NBA 75th Anniversary Season

Archive 75: Reggie Miller

A legendary 3-point shooter, Reggie Miller was a five-time All-Star, a three-time All-NBA selection and the Pacers' all-time leading scorer.

If you were to play a word association game in which you matched an NBA arena to an NBA player, which arena would you connect to Reggie Miller?

Miller spent his entire 18-year career with the Indiana Pacers, thrilling the home crowd at Market Square Arena and later at Conseco Fieldhouse, night after night. But the arena you would associate with Miller is not in the Hoosier state at all, it’s in New York City — Madison Square Garden.

Over the span of eight seasons (1993-2000), Miller played six playoff series against the New York Knicks, winning three and losing three. Pacers vs. Knicks was the NBA rivalry of the 1990s, and Miller had multiple iconic moments at the “World’s Most Famous Arena.”

The first was Game 5 of the 1994 Eastern Conference finals. With the series tied 2-2, the Knicks led by 12 after the third quarter. But Miller scored 25 of his 39 points in the fourth, leading the Pacers to a comeback victory, and giving Spike Lee an earful in the process.

The Knicks recovered from that collapse and won in seven games to advance to The Finals. But the teams met again in the 1995 conference semis, where Miller had another iconic moment in Game 1. With the Pacers down six with less than 20 seconds to go, Miller scored eight points in less than nine seconds to give his team a miracle win.

That win stood up, with Indiana also winning Game 7 at Madison Square Garden behind a 29-point performance from Miller. The Pacers again lost in the conference finals, but they would break through in 2000. And appropriately, it was the Knicks that Miller and the Pacers eliminated to make their first trip to The Finals. Miller scored 34 points in the series-deciding Game 6 … at Madison Square Garden, of course.

Miller’s 421 playoff points scored at Madison Square Garden are the most for a visiting player in NBA history. Not bad for the second-best player in his own family.

Miller grew up in Riverside, Calif., in the shadow of his older sister Cheryl, arguably one of the best players in the history of women’s basketball. Reggie once came home after scoring 39 points in a high school game, only to find out that his sister had outdone him … by a lot.

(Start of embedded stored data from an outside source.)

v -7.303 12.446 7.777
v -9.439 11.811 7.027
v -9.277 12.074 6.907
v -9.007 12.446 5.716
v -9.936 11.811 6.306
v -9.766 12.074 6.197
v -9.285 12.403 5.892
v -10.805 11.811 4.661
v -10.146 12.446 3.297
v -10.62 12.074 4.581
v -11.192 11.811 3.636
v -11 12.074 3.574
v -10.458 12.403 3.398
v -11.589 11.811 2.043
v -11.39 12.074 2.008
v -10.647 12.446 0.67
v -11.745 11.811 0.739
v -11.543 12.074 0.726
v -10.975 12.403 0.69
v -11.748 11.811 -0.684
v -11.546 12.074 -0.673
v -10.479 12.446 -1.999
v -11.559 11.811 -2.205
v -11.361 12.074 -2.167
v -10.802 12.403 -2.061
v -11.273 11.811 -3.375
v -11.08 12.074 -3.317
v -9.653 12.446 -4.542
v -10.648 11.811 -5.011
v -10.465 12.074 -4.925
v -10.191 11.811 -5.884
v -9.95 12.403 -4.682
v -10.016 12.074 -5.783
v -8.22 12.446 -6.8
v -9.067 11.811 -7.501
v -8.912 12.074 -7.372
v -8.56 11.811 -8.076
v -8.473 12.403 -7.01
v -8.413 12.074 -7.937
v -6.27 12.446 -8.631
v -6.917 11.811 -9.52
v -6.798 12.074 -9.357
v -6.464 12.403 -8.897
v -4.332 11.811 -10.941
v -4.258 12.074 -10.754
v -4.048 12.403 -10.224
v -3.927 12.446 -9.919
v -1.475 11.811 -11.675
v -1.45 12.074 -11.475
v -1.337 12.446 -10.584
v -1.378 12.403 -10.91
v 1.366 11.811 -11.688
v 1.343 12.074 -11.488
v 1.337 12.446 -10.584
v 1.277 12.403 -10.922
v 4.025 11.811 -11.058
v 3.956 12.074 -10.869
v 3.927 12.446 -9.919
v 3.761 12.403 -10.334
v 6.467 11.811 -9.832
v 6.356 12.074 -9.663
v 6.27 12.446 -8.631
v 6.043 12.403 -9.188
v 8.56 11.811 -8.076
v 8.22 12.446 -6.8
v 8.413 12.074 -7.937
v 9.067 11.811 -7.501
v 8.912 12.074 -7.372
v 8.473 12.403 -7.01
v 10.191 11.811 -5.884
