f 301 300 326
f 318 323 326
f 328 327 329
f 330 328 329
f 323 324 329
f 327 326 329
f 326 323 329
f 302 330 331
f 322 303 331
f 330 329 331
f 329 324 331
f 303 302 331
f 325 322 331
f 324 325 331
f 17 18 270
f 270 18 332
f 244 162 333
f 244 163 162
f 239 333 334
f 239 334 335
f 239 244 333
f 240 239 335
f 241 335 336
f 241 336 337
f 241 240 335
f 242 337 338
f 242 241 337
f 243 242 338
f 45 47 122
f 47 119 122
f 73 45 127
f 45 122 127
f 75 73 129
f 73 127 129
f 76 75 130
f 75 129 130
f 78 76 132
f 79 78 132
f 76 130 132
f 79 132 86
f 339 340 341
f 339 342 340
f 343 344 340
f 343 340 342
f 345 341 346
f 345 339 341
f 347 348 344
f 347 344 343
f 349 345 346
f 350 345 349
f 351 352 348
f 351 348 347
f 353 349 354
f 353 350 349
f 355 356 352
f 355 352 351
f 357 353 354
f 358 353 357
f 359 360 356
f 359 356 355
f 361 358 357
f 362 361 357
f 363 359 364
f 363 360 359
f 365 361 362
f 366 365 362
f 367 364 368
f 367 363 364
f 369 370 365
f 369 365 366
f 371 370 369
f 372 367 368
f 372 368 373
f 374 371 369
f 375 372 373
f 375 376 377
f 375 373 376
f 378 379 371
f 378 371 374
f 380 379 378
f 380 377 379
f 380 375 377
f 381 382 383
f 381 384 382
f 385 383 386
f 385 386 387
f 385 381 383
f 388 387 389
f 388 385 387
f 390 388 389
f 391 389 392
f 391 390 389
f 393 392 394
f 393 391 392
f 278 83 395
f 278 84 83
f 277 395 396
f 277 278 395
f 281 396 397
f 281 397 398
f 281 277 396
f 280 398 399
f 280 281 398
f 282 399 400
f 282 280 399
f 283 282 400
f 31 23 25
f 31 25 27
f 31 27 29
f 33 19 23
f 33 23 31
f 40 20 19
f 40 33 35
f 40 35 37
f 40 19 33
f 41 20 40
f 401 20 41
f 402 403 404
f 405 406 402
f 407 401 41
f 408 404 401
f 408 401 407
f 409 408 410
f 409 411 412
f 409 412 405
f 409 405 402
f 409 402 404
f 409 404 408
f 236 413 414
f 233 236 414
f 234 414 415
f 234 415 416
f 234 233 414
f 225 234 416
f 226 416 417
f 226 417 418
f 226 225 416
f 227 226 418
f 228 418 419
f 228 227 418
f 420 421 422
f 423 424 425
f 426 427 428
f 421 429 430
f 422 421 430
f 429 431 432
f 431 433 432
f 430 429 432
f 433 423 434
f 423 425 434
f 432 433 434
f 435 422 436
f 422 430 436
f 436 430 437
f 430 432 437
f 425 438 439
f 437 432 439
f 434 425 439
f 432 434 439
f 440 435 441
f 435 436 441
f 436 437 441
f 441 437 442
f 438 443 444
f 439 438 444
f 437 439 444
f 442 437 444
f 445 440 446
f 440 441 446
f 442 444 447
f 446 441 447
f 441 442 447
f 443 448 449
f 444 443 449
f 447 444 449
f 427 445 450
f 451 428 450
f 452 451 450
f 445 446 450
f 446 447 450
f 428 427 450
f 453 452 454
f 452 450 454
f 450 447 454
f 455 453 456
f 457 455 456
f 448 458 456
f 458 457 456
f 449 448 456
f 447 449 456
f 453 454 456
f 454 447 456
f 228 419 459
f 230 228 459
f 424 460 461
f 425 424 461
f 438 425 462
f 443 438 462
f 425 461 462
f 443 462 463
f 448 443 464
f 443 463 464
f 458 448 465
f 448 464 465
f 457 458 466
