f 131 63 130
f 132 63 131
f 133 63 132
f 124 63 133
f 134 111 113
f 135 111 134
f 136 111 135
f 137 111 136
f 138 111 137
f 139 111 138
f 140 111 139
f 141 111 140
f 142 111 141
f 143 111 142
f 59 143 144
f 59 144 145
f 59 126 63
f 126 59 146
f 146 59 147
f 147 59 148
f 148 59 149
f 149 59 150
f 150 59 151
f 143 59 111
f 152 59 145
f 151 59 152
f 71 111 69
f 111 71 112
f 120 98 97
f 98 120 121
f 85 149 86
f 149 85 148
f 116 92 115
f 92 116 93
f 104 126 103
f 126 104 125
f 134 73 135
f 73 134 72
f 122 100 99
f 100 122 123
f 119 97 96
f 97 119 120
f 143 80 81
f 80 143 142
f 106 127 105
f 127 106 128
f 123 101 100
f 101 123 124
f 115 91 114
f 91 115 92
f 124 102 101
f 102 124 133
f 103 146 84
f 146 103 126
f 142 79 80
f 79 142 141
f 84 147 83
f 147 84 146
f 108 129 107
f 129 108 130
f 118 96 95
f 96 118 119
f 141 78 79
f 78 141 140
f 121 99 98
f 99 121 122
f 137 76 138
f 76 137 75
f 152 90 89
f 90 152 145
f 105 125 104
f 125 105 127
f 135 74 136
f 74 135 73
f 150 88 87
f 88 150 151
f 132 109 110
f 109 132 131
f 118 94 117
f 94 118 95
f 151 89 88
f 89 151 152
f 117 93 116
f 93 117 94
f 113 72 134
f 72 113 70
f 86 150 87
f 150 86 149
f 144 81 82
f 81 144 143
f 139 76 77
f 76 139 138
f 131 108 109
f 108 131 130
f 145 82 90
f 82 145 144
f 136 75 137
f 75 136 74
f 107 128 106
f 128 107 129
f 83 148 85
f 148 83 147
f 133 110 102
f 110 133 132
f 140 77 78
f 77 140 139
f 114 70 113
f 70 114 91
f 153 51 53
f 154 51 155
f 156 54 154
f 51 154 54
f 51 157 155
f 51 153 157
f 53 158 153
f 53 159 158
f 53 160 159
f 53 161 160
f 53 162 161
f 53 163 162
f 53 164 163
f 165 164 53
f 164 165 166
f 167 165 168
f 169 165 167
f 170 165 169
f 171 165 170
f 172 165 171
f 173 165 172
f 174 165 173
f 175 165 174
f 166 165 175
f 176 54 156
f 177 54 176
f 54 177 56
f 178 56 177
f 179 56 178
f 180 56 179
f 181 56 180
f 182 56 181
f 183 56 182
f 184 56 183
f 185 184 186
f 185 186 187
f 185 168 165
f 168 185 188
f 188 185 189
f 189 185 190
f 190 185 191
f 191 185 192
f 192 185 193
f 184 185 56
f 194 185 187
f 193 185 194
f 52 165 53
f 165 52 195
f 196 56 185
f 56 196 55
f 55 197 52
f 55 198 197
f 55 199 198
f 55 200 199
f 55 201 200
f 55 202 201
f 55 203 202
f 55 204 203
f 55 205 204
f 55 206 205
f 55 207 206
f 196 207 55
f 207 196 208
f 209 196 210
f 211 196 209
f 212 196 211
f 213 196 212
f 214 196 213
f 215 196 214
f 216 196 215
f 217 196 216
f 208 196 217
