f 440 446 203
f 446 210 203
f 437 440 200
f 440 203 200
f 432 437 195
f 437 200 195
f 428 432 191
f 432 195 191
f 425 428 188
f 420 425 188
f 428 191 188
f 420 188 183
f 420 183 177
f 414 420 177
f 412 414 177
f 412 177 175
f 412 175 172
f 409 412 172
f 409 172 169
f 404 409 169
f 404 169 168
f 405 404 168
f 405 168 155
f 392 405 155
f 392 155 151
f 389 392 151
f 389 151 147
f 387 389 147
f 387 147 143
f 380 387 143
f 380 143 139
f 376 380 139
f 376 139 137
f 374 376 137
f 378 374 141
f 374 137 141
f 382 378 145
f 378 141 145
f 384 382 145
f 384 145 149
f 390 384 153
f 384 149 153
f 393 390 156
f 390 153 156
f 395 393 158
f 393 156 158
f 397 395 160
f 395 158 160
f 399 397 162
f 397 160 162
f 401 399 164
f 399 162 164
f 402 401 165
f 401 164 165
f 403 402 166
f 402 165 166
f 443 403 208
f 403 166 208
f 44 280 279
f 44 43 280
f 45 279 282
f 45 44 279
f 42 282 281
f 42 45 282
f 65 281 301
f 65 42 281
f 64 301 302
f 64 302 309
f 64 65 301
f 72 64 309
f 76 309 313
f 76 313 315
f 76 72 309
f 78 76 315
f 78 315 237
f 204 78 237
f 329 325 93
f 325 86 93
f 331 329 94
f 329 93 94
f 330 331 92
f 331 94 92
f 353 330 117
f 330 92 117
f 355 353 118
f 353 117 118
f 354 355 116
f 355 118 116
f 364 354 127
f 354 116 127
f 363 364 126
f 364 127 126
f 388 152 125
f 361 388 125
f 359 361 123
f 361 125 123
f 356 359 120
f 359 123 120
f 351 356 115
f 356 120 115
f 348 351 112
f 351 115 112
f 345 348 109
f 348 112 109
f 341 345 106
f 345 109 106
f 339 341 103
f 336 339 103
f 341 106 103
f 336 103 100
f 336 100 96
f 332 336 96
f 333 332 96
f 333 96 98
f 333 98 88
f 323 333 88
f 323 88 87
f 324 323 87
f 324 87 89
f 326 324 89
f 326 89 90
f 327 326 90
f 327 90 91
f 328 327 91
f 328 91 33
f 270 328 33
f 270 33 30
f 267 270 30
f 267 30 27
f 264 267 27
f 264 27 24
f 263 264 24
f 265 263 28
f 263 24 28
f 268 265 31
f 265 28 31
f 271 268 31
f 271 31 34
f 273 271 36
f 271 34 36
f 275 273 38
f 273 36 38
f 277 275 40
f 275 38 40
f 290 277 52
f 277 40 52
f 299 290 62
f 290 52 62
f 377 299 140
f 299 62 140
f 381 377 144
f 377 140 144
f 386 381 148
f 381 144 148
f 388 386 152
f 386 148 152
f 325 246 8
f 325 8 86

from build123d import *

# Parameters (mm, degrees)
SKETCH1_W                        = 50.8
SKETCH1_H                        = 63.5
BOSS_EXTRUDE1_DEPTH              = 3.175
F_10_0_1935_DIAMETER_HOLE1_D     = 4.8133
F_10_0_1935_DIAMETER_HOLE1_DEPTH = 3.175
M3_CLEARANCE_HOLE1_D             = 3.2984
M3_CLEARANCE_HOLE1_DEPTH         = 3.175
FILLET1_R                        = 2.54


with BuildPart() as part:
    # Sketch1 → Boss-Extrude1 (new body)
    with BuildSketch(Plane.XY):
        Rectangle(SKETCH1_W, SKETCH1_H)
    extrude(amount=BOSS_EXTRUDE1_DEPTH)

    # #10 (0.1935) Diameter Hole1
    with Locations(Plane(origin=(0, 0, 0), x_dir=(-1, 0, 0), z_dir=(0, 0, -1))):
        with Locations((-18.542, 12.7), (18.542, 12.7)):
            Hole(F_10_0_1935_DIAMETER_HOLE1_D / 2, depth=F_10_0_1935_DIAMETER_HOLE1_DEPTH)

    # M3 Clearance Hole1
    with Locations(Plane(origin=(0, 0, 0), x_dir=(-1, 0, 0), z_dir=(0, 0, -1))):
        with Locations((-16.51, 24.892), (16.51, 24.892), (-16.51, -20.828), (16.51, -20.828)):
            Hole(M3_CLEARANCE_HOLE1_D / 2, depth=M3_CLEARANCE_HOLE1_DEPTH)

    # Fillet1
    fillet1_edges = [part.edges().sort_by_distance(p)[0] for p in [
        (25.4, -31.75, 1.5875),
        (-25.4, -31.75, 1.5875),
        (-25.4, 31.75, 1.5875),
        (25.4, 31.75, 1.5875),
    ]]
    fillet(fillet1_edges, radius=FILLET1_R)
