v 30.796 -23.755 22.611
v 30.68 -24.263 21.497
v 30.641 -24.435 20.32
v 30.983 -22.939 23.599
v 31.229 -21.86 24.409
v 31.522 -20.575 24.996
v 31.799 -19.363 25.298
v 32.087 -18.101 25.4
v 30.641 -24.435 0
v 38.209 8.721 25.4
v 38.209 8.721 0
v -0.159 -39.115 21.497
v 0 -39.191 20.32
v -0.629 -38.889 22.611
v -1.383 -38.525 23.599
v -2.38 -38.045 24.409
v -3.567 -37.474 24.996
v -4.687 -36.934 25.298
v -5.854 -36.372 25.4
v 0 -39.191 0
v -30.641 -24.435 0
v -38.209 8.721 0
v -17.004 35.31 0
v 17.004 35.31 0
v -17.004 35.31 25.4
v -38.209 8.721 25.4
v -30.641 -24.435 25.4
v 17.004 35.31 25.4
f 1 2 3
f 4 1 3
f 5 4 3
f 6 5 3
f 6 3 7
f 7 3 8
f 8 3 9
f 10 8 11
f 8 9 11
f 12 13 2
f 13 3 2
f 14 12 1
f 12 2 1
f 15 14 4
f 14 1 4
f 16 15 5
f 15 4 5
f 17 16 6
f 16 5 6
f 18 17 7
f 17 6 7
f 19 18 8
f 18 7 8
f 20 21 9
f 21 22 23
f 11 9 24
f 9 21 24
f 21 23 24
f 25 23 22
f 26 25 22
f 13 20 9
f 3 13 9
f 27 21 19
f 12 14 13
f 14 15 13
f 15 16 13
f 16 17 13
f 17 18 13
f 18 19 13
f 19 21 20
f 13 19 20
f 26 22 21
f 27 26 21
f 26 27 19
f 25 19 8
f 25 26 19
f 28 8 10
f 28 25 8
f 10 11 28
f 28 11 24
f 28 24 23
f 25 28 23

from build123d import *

# Parameters (mm, degrees)
F1_DEPTH = 25.4
F2_R     = 5.08


with BuildPart() as f1:
    # F0 (on Top) → F1 (new body)
    with BuildSketch(Plane.XY):
        Polygon((17.004497, 35.310201), (-17.004497, 35.310201), (-38.208757, 8.7209), (-30.641044, -24.435417), (0, -39.191367), (30.641044, -24.435417), (38.208757, 8.7209), align=None)
    extrude(amount=F1_DEPTH)

    # F2
    f2_edges = [f1.edges().sort_by_distance(p)[0] for p in [
        (15.320522, -31.813392, 25.4),
    ]]
    fillet(f2_edges, radius=F2_R)


solid = f1.part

Miller starred at UCLA for four seasons. But at the 1987 Draft, most Pacers fans wanted the team to select Steve Alford, who had just led Indiana University to the national championship. Alford, eventually selected by the Dallas Mavericks in the second round, lasted just four NBA seasons.

And Miller had Pacers fans forgetting about the hometown hero. In his third season, Miller was an All-Star and ranked eighth in scoring, averaging 24.6 points per game. And the California kid eventually felt right at home in Indianapolis.

Miller eventually became the all-time leader in 3-pointers made. But over his career, only 37% of shots (a rate that would be below the league average these days) were 3-pointers. Miller was an all-around scorer, and in November 1992 — when he scored a career-high 57 points in Charlotte — 45 of those came inside the arc or at the free-throw line.

And if you asked Miller, he’d consider himself an “entertainer” as much as a scorer, enjoying his role as the villain on the road.

“These people, all day, from 9 to 5, have fixated to come to the game and purposely yell at you,” Miller has said. “So it’s great. It’s the best feeling.”

Miller was a five-time All-Star and three-time All-NBA selection. The skinny guy with the funky-looking shot was a bucket-getter and enjoyed a ton of team success, reaching the playoffs in 15 of his 19 seasons. And he was hitting big shots well into his 30s.

Those 19 seasons all came in Indiana, concluding with an emotional farewell in the 2005 conference semifinals.

Miller is the Pacers’ all-time leading scorer, with almost twice as many points as any player in franchise history. That’s a lot of buckets, inside and outside of Madison Square Garden.